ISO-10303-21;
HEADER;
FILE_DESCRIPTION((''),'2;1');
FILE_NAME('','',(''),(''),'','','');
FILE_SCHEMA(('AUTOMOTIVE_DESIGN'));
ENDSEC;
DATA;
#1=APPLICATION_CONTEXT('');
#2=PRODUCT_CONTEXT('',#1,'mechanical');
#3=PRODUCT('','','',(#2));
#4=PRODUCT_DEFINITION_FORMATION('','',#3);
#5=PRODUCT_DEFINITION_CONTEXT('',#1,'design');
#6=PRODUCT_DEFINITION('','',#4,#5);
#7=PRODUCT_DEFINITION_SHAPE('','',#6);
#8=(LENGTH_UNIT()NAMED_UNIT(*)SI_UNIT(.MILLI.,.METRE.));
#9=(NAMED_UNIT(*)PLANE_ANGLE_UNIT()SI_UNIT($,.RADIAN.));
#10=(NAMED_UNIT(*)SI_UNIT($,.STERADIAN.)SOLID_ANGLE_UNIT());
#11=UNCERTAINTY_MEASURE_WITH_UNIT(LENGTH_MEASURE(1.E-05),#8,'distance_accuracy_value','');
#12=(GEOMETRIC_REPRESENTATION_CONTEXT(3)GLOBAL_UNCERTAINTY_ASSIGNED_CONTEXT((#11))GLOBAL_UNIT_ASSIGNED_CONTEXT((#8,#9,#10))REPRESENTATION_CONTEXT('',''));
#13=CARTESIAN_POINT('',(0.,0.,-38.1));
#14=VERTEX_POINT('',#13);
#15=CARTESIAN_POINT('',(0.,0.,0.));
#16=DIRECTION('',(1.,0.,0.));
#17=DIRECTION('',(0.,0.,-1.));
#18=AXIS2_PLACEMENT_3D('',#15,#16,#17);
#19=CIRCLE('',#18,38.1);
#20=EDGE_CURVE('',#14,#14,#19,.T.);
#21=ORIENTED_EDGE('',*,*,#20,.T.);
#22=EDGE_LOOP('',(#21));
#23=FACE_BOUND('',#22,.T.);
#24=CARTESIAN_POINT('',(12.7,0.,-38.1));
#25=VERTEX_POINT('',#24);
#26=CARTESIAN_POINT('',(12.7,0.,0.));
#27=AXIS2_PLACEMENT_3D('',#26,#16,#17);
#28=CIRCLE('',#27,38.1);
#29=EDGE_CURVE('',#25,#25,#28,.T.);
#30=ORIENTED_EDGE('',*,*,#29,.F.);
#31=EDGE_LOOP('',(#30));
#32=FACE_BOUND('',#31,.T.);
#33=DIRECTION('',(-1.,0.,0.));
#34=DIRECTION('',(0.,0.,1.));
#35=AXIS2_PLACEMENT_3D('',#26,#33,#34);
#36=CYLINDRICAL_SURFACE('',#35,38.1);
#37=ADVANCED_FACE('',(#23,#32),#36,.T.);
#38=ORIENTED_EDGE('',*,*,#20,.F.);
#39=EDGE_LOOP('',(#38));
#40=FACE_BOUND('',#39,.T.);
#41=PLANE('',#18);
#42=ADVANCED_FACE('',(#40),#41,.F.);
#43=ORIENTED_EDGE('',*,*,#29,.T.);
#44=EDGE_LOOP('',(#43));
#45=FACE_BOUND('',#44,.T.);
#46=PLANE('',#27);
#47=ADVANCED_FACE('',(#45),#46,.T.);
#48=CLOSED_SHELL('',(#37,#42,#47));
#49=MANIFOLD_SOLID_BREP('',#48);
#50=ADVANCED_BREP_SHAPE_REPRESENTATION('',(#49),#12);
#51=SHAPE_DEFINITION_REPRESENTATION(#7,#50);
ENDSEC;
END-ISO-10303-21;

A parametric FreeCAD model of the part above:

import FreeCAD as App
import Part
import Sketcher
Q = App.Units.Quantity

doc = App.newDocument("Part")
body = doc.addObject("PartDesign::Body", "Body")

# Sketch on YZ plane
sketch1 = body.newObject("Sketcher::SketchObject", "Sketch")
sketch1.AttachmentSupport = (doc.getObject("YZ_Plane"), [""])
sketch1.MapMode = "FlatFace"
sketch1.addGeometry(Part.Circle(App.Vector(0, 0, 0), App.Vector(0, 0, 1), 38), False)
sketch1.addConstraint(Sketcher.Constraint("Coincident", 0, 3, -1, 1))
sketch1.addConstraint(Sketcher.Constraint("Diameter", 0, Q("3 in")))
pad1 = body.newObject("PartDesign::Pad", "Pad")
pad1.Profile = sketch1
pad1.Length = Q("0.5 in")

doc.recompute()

..............................

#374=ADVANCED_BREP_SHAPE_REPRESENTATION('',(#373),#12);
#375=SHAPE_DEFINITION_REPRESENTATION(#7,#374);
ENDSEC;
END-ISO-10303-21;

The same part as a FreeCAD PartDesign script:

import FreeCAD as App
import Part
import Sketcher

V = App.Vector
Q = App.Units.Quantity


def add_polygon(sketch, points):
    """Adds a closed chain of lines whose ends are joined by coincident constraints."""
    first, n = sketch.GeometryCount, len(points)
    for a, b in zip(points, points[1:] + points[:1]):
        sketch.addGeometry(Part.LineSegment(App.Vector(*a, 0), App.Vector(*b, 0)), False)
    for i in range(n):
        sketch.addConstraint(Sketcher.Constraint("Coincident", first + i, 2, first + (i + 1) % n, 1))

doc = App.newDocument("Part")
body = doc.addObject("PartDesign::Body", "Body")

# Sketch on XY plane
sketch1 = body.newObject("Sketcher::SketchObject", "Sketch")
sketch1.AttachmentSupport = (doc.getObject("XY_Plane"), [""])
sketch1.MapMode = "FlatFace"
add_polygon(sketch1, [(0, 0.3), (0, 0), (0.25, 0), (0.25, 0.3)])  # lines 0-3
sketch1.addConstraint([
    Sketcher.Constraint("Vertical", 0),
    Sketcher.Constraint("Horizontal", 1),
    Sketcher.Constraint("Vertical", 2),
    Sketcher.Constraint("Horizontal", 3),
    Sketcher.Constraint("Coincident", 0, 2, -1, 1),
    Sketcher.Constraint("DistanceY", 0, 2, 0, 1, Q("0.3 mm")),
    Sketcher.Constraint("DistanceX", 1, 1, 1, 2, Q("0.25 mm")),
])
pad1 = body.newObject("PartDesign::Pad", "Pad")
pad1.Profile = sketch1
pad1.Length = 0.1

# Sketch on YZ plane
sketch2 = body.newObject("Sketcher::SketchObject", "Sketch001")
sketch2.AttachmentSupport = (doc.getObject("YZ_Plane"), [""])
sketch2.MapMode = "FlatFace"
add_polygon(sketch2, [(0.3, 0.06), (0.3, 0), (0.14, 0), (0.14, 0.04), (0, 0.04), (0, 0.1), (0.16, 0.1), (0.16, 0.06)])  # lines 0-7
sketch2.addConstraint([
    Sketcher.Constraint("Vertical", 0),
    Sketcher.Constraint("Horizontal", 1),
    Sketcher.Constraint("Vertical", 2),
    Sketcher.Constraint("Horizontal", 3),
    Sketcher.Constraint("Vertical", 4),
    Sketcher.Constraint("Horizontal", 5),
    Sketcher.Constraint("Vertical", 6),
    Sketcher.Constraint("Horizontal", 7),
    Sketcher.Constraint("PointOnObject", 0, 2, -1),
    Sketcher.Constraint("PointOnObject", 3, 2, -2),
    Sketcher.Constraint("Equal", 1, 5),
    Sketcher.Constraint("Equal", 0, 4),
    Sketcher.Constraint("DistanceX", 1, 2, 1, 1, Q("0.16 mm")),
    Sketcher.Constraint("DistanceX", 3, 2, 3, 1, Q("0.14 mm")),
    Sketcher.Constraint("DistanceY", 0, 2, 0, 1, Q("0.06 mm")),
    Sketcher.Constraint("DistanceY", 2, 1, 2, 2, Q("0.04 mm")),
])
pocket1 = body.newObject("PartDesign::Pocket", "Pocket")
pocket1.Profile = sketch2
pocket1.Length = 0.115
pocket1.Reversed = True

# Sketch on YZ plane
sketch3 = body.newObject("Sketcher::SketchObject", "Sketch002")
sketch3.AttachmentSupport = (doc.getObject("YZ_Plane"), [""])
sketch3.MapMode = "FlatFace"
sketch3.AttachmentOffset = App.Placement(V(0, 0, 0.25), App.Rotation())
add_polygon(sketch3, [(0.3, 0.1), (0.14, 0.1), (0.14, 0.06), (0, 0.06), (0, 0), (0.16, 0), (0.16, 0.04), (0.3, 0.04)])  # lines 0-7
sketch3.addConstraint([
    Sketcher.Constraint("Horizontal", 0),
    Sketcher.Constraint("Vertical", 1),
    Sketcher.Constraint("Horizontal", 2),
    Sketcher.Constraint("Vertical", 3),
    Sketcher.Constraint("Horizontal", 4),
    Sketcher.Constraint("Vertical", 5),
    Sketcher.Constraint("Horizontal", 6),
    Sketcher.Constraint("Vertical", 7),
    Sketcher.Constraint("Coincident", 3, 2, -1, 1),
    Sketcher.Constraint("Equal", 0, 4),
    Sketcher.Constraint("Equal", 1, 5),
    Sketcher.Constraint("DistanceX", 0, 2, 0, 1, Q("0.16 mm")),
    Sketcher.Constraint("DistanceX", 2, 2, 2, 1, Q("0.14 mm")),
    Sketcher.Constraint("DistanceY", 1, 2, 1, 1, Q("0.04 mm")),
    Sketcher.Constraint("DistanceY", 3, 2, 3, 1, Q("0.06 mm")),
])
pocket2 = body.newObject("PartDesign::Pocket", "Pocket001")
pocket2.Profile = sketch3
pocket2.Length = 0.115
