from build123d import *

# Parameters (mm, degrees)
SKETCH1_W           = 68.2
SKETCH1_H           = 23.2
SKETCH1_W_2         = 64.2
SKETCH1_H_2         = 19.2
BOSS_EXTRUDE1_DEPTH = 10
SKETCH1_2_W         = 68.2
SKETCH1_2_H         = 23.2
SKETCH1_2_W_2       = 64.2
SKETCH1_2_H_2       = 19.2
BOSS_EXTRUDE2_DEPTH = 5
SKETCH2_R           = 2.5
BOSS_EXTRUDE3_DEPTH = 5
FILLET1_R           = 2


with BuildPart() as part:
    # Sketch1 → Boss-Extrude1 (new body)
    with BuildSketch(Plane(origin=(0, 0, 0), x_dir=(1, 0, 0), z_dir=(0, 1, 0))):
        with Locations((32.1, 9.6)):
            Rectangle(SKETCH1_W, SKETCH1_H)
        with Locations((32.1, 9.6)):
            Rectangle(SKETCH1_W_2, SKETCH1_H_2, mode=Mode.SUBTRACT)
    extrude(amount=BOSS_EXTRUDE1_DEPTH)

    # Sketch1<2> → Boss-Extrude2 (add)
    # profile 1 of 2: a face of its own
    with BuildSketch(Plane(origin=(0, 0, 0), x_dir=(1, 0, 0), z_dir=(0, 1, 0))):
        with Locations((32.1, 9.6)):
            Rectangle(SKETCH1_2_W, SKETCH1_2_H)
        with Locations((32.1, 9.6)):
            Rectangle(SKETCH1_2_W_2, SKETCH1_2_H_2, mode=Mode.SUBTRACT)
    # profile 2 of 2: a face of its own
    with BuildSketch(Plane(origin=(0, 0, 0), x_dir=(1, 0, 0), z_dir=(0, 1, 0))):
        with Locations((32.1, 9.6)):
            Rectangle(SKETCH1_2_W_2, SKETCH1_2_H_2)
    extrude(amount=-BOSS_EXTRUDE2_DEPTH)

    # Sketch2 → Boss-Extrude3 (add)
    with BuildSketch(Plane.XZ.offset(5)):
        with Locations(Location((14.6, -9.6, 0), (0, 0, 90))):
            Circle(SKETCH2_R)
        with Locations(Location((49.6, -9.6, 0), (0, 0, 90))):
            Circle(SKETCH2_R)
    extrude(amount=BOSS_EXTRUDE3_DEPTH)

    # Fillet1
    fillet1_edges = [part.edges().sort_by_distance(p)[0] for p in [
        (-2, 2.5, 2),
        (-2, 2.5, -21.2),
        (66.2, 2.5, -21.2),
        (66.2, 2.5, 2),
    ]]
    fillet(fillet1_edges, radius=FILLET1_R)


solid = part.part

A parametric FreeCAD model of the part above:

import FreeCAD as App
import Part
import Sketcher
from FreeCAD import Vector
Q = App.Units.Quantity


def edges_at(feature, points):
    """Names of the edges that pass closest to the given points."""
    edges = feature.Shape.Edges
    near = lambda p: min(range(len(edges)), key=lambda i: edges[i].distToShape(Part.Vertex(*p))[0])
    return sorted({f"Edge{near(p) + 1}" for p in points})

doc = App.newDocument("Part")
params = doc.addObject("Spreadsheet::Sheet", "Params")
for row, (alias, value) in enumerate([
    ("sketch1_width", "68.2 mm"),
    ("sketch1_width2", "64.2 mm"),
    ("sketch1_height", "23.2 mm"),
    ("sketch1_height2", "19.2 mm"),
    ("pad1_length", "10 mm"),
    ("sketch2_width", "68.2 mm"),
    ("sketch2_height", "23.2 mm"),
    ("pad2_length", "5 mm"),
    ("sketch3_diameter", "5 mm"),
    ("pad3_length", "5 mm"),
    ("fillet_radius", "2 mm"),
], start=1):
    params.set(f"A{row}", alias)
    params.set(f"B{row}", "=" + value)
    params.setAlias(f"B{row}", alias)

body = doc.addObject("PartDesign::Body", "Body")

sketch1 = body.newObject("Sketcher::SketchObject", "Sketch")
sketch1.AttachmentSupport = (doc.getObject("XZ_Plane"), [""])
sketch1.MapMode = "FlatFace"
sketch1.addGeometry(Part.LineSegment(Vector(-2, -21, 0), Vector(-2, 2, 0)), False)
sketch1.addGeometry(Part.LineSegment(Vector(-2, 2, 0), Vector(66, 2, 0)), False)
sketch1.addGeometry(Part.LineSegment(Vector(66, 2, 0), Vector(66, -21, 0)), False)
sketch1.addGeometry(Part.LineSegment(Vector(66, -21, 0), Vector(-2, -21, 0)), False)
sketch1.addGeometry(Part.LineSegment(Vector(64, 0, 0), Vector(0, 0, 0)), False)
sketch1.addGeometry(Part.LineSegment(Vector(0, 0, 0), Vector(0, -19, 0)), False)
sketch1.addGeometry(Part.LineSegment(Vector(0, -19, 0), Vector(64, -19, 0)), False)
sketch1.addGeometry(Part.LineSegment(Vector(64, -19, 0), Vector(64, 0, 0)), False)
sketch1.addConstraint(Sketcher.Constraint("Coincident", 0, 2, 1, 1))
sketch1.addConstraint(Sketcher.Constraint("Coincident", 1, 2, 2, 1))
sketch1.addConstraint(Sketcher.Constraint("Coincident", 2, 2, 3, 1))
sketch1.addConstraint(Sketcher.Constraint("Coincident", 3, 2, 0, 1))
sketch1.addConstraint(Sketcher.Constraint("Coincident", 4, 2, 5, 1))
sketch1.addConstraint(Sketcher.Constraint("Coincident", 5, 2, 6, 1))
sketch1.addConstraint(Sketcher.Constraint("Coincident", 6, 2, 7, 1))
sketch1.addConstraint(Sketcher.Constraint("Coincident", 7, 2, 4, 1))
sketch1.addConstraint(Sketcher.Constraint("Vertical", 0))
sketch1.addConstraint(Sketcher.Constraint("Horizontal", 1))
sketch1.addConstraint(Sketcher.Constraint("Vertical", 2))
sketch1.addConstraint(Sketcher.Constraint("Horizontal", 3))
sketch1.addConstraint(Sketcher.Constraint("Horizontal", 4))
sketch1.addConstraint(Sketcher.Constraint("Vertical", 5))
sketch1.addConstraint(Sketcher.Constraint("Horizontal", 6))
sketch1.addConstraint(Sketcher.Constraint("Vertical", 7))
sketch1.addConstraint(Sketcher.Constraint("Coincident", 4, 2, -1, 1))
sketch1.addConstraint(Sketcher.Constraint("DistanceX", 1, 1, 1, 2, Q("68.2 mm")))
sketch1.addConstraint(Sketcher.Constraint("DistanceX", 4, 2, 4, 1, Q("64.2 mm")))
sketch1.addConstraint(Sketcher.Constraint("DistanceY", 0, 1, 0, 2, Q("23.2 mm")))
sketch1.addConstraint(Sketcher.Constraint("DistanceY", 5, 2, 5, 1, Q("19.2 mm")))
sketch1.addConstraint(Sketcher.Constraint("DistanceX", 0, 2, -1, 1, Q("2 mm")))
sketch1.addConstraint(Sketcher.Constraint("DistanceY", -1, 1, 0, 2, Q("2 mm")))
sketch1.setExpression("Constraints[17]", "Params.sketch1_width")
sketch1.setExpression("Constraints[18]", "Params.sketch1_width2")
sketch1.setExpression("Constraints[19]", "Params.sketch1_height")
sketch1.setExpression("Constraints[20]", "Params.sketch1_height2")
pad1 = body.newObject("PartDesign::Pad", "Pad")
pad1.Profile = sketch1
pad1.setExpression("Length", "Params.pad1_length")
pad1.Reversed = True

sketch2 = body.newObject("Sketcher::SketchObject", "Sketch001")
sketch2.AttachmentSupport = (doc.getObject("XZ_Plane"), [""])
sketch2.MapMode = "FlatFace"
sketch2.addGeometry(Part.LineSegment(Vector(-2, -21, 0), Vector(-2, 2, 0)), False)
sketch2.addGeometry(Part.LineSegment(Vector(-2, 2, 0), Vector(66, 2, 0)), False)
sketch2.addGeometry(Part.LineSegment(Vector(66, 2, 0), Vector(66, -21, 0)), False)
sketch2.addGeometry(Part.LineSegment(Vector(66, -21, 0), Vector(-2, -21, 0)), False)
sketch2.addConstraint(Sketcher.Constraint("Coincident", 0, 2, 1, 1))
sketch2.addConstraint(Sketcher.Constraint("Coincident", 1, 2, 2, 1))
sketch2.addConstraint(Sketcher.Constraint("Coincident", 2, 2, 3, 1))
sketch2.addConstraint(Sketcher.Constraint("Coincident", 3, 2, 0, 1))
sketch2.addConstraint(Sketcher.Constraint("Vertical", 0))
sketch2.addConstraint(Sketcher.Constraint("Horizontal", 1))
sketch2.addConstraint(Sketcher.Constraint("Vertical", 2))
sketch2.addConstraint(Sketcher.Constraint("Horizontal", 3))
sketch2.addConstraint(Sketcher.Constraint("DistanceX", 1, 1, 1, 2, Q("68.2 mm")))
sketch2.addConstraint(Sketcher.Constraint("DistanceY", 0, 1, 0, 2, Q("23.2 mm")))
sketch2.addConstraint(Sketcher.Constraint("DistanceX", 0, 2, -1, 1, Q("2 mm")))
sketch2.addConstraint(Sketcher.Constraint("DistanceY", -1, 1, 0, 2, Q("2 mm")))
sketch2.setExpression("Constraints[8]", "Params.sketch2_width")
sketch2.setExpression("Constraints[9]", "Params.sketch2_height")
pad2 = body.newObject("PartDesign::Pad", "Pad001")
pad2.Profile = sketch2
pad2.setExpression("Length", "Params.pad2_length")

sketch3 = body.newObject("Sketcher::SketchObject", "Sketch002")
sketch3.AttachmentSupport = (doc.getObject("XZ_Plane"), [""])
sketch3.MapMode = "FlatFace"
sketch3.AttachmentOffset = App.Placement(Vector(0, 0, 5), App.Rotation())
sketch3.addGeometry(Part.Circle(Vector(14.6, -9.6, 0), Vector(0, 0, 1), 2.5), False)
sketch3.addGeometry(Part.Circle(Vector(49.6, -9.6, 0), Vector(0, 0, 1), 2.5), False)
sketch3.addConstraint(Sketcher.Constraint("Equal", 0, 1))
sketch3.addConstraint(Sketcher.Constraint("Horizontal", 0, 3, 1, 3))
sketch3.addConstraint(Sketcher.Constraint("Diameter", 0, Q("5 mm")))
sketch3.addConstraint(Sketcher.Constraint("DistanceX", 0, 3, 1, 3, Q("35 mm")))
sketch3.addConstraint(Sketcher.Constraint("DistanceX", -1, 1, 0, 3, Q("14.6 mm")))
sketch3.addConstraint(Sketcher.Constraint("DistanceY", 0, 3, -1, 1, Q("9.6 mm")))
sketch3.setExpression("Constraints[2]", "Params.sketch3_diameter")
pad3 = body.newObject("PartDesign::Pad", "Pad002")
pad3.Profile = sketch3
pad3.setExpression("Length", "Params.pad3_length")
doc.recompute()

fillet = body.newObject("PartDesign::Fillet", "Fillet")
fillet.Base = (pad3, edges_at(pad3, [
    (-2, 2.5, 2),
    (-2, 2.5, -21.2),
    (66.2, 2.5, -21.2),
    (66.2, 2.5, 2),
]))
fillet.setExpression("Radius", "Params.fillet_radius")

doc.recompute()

..............................

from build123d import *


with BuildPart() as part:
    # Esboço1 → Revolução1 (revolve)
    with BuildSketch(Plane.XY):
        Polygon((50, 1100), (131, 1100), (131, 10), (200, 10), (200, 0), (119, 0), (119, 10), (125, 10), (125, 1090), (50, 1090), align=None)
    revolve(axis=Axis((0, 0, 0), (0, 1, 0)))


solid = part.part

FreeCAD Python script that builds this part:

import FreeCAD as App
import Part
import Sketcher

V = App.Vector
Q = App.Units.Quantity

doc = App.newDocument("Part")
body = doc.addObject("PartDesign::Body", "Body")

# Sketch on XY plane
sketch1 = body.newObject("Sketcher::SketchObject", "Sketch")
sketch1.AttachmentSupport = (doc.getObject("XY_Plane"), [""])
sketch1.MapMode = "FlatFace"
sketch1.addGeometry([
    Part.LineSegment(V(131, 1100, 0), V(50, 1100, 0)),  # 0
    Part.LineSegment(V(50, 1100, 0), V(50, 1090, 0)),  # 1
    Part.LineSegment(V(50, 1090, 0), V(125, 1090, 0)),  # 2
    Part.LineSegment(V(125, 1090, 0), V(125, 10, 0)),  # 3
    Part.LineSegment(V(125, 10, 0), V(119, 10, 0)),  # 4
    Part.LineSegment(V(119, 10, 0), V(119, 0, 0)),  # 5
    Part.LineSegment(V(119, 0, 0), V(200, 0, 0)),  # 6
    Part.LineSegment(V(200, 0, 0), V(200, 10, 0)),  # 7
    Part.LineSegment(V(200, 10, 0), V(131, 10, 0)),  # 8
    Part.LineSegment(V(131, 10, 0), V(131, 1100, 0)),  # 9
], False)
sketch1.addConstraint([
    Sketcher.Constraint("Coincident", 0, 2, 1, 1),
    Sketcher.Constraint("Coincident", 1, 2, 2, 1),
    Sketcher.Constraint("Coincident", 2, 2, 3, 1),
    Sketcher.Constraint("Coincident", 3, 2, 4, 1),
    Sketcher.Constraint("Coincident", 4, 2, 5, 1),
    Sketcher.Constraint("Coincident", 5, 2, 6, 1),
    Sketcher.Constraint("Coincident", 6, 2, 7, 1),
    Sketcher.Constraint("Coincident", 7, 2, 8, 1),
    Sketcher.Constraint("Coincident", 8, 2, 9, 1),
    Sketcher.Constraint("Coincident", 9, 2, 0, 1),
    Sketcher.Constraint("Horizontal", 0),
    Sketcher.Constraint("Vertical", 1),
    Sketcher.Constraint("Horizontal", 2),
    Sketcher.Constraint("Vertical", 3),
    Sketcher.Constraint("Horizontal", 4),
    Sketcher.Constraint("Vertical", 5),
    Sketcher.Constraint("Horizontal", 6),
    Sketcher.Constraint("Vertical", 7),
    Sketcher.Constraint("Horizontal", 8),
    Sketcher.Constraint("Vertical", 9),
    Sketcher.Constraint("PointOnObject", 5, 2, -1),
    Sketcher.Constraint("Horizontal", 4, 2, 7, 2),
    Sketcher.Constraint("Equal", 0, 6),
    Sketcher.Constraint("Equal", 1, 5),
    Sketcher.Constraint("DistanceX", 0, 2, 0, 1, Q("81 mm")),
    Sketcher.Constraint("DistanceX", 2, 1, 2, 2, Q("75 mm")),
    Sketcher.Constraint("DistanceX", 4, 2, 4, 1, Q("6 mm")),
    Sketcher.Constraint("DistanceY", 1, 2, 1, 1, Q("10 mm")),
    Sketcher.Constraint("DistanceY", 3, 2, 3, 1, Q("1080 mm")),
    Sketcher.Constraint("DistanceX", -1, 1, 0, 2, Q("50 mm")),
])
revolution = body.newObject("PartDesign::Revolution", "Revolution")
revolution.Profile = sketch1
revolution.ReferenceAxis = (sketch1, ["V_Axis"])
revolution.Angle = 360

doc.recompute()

..............................

Work request: If a line in the records contains the word "revolve", copy it.

Your solution:
    # Esboço1 → Revolução1 (revolve)
    revolve(axis=Axis((0, 0, 0), (0, 1, 0)))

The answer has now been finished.